You can install the released version of burnr from CRAN with:

install.packages("burnr")

And the development version from GitHub with:

# install.packages("devtools")
devtools::install_github("ltrr-arizona-edu/burnr")

Example

This is a basic example which shows you how to solve a common problem:

library(burnr)

# This gives you a basic plot. There are more advanced options. For example, we can color our plot by sample species.

data(lgr2_meta)

plot(lgr2,
  color_group = lgr2_meta$SpeciesID,
  color_id = lgr2_meta$TreeID,
  plot_legend = TRUE
)

Support

Documentation is included in the code. If you’re new to burnr, our 2018 paper in Dendrochronologia is a nice survey of the package with many examples. We also have instructional vignettes on the project website, https://ltrr-arizona-edu.github.io/burnr/. And you can work through examples, with included data, in an R project hosted by @chguiterman on GitHub: https://github.com/chguiterman/burnr_demo.
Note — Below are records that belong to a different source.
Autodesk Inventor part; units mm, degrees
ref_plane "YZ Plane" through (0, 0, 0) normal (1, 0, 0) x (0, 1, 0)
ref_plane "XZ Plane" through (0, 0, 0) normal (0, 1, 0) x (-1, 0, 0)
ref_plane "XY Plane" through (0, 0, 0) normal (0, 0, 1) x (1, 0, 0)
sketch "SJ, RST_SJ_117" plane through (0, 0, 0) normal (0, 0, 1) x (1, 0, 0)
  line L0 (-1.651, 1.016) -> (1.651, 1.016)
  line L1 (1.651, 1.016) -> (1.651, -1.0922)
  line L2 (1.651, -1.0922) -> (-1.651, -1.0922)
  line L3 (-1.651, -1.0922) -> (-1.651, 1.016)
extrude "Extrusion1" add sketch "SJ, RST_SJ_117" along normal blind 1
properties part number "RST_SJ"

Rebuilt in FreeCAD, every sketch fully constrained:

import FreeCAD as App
import Part
import Sketcher
from FreeCAD import Vector
Q = App.Units.Quantity

doc = App.newDocument("Part")
body = doc.addObject("PartDesign::Body", "Body")

sketch1 = body.newObject("Sketcher::SketchObject", "Sketch")
sketch1.AttachmentSupport = (doc.getObject("XY_Plane"), [""])
sketch1.MapMode = "FlatFace"
sketch1.addGeometry(Part.LineSegment(Vector(1.7, 1, 0), Vector(-1.7, 1, 0)), False)
sketch1.addGeometry(Part.LineSegment(Vector(-1.7, 1, 0), Vector(-1.7, -1.1, 0)), False)
sketch1.addGeometry(Part.LineSegment(Vector(-1.7, -1.1, 0), Vector(1.7, -1.1, 0)), False)
sketch1.addGeometry(Part.LineSegment(Vector(1.7, -1.1, 0), Vector(1.7, 1, 0)), False)
sketch1.addConstraint(Sketcher.Constraint("Coincident", 0, 2, 1, 1))
sketch1.addConstraint(Sketcher.Constraint("Coincident", 1, 2, 2, 1))
sketch1.addConstraint(Sketcher.Constraint("Coincident", 2, 2, 3, 1))
sketch1.addConstraint(Sketcher.Constraint("Coincident", 3, 2, 0, 1))
sketch1.addConstraint(Sketcher.Constraint("Horizontal", 0))
sketch1.addConstraint(Sketcher.Constraint("Vertical", 1))
sketch1.addConstraint(Sketcher.Constraint("Horizontal", 2))
sketch1.addConstraint(Sketcher.Constraint("Vertical", 3))
sketch1.addConstraint(Sketcher.Constraint("DistanceX", 0, 2, 0, 1, Q("0.13 in")))
sketch1.addConstraint(Sketcher.Constraint("DistanceY", 1, 2, 1, 1, Q("0.083 in")))
sketch1.addConstraint(Sketcher.Constraint("DistanceY", -1, 1, 0, 2, Q("0.04 in")))
sketch1.addConstraint(Sketcher.Constraint("DistanceX", 0, 2, -1, 1, Q("0.065 in")))
pad1 = body.newObject("PartDesign::Pad", "Pad")
pad1.Profile = sketch1
pad1.Length = 1

doc.recompute()
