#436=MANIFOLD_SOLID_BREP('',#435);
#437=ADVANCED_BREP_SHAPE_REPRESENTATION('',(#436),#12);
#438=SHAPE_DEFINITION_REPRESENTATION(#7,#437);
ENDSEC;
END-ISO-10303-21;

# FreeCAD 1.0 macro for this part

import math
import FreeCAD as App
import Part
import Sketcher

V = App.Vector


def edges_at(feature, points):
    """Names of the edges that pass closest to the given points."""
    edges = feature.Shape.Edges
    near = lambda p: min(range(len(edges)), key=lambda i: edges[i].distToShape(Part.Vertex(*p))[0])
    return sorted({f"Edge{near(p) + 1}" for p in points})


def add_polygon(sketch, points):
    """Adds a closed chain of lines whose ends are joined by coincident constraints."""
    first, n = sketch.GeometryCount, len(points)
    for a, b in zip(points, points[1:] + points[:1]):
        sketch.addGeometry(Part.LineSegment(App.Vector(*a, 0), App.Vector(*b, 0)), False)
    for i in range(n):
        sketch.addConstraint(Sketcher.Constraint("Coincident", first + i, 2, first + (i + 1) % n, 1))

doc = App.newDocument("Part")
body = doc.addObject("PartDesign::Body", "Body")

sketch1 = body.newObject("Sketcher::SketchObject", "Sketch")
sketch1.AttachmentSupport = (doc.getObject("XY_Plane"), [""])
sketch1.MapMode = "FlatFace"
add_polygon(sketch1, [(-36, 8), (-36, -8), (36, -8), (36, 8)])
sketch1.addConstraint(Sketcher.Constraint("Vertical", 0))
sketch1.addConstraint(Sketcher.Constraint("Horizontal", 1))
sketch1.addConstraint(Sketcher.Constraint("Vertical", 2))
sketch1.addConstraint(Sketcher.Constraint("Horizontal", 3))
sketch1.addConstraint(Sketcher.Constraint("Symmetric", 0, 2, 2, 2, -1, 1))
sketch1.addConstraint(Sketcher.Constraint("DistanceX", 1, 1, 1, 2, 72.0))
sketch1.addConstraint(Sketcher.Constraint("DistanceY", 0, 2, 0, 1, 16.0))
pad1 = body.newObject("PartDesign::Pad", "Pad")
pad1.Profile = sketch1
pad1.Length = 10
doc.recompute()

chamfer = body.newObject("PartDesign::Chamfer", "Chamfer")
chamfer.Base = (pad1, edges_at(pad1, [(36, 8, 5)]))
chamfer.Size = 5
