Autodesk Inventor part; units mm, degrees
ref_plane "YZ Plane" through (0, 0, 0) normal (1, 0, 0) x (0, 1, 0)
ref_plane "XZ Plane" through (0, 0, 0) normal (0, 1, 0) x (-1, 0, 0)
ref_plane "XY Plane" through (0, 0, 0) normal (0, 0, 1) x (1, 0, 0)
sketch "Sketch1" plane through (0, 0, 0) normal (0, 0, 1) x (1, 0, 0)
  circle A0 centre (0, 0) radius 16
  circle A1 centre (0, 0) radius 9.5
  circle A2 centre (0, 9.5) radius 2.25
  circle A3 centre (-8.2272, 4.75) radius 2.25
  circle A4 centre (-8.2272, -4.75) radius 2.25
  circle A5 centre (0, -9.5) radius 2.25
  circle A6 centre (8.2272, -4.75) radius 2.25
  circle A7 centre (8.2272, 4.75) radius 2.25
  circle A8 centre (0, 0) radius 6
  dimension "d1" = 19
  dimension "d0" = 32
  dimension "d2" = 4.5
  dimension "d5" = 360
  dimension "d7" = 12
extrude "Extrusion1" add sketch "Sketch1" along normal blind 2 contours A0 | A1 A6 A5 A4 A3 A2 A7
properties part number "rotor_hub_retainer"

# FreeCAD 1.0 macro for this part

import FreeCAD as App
import Part
import Sketcher

V = App.Vector

doc = App.newDocument("Part")
body = doc.addObject("PartDesign::Body", "Body")

# Sketch on XY plane
sketch1 = body.newObject("Sketcher::SketchObject", "Sketch")
sketch1.AttachmentSupport = (doc.getObject("XY_Plane"), [""])
sketch1.MapMode = "FlatFace"
sketch1.addGeometry([
    Part.Circle(V(0, 0, 0), V(0, 0, 1), 16),  # 0
    Part.Circle(V(8.2, 4.8, 0), V(0, 0, 1), 2.2),  # 1
    Part.Circle(V(0, 9.5, 0), V(0, 0, 1), 2.2),  # 2
    Part.Circle(V(-8.2, 4.8, 0), V(0, 0, 1), 2.2),  # 3
    Part.Circle(V(-8.2, -4.8, 0), V(0, 0, 1), 2.2),  # 4
    Part.Circle(V(0, -9.5, 0), V(0, 0, 1), 2.2),  # 5
    Part.Circle(V(8.2, -4.8, 0), V(0, 0, 1), 2.2),  # 6
    Part.Circle(V(0, 0, 0), V(0, 0, 1), 6),  # 7
], False)
sketch1.addConstraint([
    Sketcher.Constraint("Coincident", 0, 3, -1, 1),
    Sketcher.Constraint("Coincident", 7, 3, -1, 1),
    Sketcher.Constraint("Equal", 1, 2),
    Sketcher.Constraint("Equal", 2, 3),
    Sketcher.Constraint("Equal", 3, 4),
    Sketcher.Constraint("Equal", 4, 5),
    Sketcher.Constraint("Equal", 5, 6),
    Sketcher.Constraint("Symmetric", 1, 3, 4, 3, -1, 1),
    Sketcher.Constraint("Symmetric", 2, 3, 5, 3, -1, 1),
    Sketcher.Constraint("Symmetric", 3, 3, 6, 3, -1, 1),
    Sketcher.Constraint("Symmetric", 1, 3, 3, 3, -2),
    Sketcher.Constraint("PointOnObject", 2, 3, -2),
    Sketcher.Constraint("Diameter", 0, 32.0),
    Sketcher.Constraint("Diameter", 7, 12.0),
    Sketcher.Constraint("Diameter", 1, 4.5),
    Sketcher.Constraint("DistanceY", 5, 3, 2, 3, 19.0),
    Sketcher.Constraint("DistanceY", 4, 3, 3, 3, 9.5),
    Sketcher.Constraint("DistanceX", -1, 1, 1, 3, 8.2272),
])
pad1 = body.newObject("PartDesign::Pad", "Pad")
pad1.Profile = sketch1
pad1.Length = 2

doc.recompute()
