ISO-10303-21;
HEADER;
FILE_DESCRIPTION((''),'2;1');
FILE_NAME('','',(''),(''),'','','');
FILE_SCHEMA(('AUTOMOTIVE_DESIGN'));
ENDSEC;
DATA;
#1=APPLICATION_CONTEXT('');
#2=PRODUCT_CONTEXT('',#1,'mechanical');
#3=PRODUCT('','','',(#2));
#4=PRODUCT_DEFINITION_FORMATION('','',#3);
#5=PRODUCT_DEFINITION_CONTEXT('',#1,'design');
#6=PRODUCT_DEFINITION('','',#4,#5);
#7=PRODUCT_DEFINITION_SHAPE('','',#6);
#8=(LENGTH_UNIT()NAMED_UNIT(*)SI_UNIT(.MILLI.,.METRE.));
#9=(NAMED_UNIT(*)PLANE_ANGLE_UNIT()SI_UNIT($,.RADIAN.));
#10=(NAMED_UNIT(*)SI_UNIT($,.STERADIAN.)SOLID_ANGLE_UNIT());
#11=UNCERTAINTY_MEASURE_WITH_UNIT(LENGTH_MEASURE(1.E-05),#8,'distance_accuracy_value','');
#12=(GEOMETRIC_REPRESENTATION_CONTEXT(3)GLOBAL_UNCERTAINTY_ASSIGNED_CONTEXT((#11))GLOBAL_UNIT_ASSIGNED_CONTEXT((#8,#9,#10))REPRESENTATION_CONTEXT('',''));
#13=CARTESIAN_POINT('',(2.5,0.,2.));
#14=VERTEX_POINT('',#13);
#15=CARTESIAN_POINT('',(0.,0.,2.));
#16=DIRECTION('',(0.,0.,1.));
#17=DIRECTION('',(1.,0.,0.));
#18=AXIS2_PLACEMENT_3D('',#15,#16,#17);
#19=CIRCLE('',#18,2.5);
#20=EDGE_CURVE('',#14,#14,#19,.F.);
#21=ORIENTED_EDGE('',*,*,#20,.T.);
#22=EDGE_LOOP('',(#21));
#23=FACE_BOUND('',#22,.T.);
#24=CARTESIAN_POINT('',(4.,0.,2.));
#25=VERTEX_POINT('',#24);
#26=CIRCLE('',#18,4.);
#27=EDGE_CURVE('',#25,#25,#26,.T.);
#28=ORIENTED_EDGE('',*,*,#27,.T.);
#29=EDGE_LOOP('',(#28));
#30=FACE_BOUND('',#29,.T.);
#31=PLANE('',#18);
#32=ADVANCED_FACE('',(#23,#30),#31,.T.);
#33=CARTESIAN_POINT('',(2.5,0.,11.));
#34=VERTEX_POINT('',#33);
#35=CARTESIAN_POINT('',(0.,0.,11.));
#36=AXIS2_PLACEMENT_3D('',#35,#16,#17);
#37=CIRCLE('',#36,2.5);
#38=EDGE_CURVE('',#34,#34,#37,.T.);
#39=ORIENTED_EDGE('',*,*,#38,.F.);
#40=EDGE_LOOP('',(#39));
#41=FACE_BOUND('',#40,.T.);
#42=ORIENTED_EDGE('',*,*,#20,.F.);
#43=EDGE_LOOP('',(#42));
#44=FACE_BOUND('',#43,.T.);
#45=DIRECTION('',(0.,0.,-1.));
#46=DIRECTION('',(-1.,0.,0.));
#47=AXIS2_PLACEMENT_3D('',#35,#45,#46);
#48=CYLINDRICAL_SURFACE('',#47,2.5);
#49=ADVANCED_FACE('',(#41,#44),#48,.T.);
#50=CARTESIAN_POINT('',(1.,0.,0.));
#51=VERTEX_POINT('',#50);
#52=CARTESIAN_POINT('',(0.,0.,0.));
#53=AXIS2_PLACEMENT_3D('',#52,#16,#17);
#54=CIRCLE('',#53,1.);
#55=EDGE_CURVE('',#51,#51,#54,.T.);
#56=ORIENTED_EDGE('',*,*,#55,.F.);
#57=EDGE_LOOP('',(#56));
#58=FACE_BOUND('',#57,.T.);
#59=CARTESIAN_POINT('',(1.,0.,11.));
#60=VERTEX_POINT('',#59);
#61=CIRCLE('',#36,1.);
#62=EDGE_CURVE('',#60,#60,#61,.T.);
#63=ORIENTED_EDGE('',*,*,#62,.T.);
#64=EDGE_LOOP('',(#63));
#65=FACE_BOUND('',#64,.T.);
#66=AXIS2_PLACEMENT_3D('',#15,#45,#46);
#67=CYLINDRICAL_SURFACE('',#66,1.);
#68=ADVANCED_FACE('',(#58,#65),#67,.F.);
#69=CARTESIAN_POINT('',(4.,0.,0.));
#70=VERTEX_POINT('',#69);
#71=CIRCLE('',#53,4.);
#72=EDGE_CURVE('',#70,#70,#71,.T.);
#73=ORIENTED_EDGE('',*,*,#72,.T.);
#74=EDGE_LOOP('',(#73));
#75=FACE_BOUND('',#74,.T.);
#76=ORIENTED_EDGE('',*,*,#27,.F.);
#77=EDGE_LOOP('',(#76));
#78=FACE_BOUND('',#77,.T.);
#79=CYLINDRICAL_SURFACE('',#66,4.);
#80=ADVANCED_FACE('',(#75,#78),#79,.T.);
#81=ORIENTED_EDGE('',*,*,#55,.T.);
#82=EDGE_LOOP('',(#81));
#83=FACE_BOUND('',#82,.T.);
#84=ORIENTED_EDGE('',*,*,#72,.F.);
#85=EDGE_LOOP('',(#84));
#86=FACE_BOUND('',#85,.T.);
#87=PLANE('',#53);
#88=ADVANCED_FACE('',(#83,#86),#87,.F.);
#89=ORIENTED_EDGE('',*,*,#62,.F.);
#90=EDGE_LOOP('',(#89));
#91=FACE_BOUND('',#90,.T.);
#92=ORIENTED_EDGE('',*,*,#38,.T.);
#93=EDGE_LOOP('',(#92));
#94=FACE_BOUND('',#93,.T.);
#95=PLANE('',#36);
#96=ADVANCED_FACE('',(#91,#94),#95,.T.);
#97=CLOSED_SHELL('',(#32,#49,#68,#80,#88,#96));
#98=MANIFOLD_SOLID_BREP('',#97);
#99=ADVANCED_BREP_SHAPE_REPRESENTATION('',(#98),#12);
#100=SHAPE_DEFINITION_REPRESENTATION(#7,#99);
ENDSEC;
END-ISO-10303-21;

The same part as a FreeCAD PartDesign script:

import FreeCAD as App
import Part
import Sketcher
Q = App.Units.Quantity

doc = App.newDocument("Part")
body = doc.addObject("PartDesign::Body", "Body")

sketch1 = body.newObject("Sketcher::SketchObject", "Sketch")
sketch1.AttachmentSupport = (doc.getObject("XY_Plane"), [""])
sketch1.MapMode = "FlatFace"
sketch1.addGeometry(Part.Circle(App.Vector(0, 0, 0), App.Vector(0, 0, 1), 4), False)
sketch1.addGeometry(Part.Circle(App.Vector(0, 0, 0), App.Vector(0, 0, 1), 1), False)
sketch1.addConstraint(Sketcher.Constraint("Coincident", 0, 3, -1, 1))
sketch1.addConstraint(Sketcher.Constraint("Coincident", 1, 3, -1, 1))
sketch1.addConstraint(Sketcher.Constraint("Diameter", 0, Q("8 mm")))
sketch1.addConstraint(Sketcher.Constraint("Diameter", 1, Q("2 mm")))
pad1 = body.newObject("PartDesign::Pad", "Pad")
pad1.Profile = sketch1
pad1.Length = 2

sketch2 = body.newObject("Sketcher::SketchObject", "Sketch001")
sketch2.AttachmentSupport = (doc.getObject("XY_Plane"), [""])
sketch2.MapMode = "FlatFace"
sketch2.addGeometry(Part.Circle(App.Vector(0, 0, 0), App.Vector(0, 0, 1), 2.5), False)
sketch2.addGeometry(Part.Circle(App.Vector(0, 0, 0), App.Vector(0, 0, 1), 1), False)
sketch2.addConstraint(Sketcher.Constraint("Coincident", 0, 3, -1, 1))
sketch2.addConstraint(Sketcher.Constraint("Coincident", 1, 3, -1, 1))
sketch2.addConstraint(Sketcher.Constraint("Diameter", 0, Q("5 mm")))
sketch2.addConstraint(Sketcher.Constraint("Diameter", 1, Q("2 mm")))
pad2 = body.newObject("PartDesign::Pad", "Pad001")
pad2.Profile = sketch2
pad2.Length = 11

doc.recompute()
We’re working to enhance our instruction and add to these demos on the burnr website, so please send us requests for new tips and tricks, or create your own and share with us!

Citation

Please cite the original burnr paper if you use it in your research:

Malevich, Steven B., Christopher H. Guiterman, and Ellis Q. Margolis (2018) Burnr: Fire History Analysis and Graphics in R. Dendrochronologia 49: 9–15. DOI: 10.1016/j.dendro.2018.02.005.

Citations help us to identify user needs and justify additional time developing and maintaining burnr.

Development

Please file bugs in the bug tracker.

Want to contribute? Great! We’re following Hadley’s packaging workflow and style guide. Fork away.

If you’re not a developer, don’t worry! We also welcome help with documentation and tutorials.